▸ **WORK TO COMPLETE**
Only the stretch of the listing below that runs from the line with "f 382 147 150" through the line with "Line((-4, 3), (4, 3))" is to be printed, exactly and with both ends.
-- DATA LISTING follows --
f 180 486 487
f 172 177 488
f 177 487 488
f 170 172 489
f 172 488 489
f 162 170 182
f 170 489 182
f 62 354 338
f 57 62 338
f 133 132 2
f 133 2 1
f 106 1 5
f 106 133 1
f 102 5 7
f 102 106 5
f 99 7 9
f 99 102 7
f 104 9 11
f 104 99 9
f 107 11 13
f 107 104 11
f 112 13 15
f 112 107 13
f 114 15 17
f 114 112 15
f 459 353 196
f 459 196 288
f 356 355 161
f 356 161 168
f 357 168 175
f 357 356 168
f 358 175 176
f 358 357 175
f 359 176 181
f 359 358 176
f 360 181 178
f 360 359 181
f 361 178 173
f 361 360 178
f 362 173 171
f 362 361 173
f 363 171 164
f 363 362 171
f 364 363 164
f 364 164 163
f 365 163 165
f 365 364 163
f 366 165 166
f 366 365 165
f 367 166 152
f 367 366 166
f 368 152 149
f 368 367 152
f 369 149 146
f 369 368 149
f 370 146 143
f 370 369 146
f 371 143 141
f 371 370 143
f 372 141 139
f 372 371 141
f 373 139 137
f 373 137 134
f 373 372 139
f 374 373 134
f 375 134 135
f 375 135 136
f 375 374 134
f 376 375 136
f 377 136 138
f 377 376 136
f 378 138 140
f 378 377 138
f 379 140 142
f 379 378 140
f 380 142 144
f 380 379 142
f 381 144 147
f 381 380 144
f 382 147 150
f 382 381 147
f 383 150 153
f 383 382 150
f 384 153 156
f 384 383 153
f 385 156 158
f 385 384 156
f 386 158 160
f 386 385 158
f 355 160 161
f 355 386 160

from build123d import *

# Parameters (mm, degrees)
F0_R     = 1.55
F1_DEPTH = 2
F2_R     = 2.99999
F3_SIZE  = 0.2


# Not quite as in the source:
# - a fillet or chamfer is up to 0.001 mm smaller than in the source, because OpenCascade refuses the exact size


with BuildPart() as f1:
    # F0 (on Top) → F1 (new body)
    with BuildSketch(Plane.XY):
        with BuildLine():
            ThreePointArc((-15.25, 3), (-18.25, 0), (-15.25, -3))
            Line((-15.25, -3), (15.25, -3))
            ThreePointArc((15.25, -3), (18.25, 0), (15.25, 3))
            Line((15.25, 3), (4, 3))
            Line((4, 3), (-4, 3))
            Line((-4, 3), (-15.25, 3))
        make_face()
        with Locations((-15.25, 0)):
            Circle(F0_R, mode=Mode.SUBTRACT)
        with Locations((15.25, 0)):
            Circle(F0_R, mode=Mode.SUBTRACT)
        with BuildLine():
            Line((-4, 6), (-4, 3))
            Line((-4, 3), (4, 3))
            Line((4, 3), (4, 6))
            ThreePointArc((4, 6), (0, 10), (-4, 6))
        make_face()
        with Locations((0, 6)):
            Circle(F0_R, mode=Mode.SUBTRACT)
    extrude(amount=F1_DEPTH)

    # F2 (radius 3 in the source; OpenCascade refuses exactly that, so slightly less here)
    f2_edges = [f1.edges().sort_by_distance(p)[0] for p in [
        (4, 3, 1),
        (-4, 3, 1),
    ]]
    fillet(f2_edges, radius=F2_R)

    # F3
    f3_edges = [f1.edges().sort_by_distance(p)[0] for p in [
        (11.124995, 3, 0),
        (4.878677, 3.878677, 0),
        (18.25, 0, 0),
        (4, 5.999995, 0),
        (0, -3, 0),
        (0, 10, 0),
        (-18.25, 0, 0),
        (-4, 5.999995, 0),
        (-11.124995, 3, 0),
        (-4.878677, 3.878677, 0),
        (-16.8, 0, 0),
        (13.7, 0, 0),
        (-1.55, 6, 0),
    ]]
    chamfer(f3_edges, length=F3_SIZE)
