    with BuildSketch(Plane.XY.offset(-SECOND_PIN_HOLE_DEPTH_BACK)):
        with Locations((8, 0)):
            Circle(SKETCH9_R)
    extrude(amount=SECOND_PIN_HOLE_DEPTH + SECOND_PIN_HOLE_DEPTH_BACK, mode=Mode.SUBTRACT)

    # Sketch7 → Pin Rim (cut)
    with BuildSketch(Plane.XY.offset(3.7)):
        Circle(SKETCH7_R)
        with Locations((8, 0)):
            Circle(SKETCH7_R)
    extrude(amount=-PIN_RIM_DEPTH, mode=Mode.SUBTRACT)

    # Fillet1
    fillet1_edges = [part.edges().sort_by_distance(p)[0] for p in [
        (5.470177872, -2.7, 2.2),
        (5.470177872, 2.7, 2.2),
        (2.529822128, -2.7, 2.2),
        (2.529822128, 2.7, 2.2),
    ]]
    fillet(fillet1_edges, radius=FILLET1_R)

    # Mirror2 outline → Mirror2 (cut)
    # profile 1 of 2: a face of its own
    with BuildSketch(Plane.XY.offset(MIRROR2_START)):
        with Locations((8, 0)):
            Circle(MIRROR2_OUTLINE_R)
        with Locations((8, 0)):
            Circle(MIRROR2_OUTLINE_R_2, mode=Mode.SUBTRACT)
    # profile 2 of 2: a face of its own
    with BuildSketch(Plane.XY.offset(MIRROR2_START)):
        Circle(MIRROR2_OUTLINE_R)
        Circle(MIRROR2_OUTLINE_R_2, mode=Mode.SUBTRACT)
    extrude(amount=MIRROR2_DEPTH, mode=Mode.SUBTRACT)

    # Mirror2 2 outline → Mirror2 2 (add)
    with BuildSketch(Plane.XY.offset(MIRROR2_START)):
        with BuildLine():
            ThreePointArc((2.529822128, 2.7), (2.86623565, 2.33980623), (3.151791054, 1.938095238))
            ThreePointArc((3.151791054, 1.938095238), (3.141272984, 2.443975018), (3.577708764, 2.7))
-- DATA LISTING concluded --
▸ **COMPLETED EXERCISE**
f 382 147 150
f 382 381 147
f 383 150 153
f 383 382 150
f 384 153 156
f 384 383 153
f 385 156 158
f 385 384 156
f 386 158 160
f 386 385 158
f 355 160 161
f 355 386 160

from build123d import *

# Parameters (mm, degrees)
F0_R     = 1.55
F1_DEPTH = 2
F2_R     = 2.99999
F3_SIZE  = 0.2


# Not quite as in the source:
# - a fillet or chamfer is up to 0.001 mm smaller than in the source, because OpenCascade refuses the exact size


with BuildPart() as f1:
    # F0 (on Top) → F1 (new body)
    with BuildSketch(Plane.XY):
        with BuildLine():
            ThreePointArc((-15.25, 3), (-18.25, 0), (-15.25, -3))
            Line((-15.25, -3), (15.25, -3))
            ThreePointArc((15.25, -3), (18.25, 0), (15.25, 3))
            Line((15.25, 3), (4, 3))
            Line((4, 3), (-4, 3))
            Line((-4, 3), (-15.25, 3))
        make_face()
        with Locations((-15.25, 0)):
            Circle(F0_R, mode=Mode.SUBTRACT)
        with Locations((15.25, 0)):
            Circle(F0_R, mode=Mode.SUBTRACT)
        with BuildLine():
            Line((-4, 6), (-4, 3))
            Line((-4, 3), (4, 3))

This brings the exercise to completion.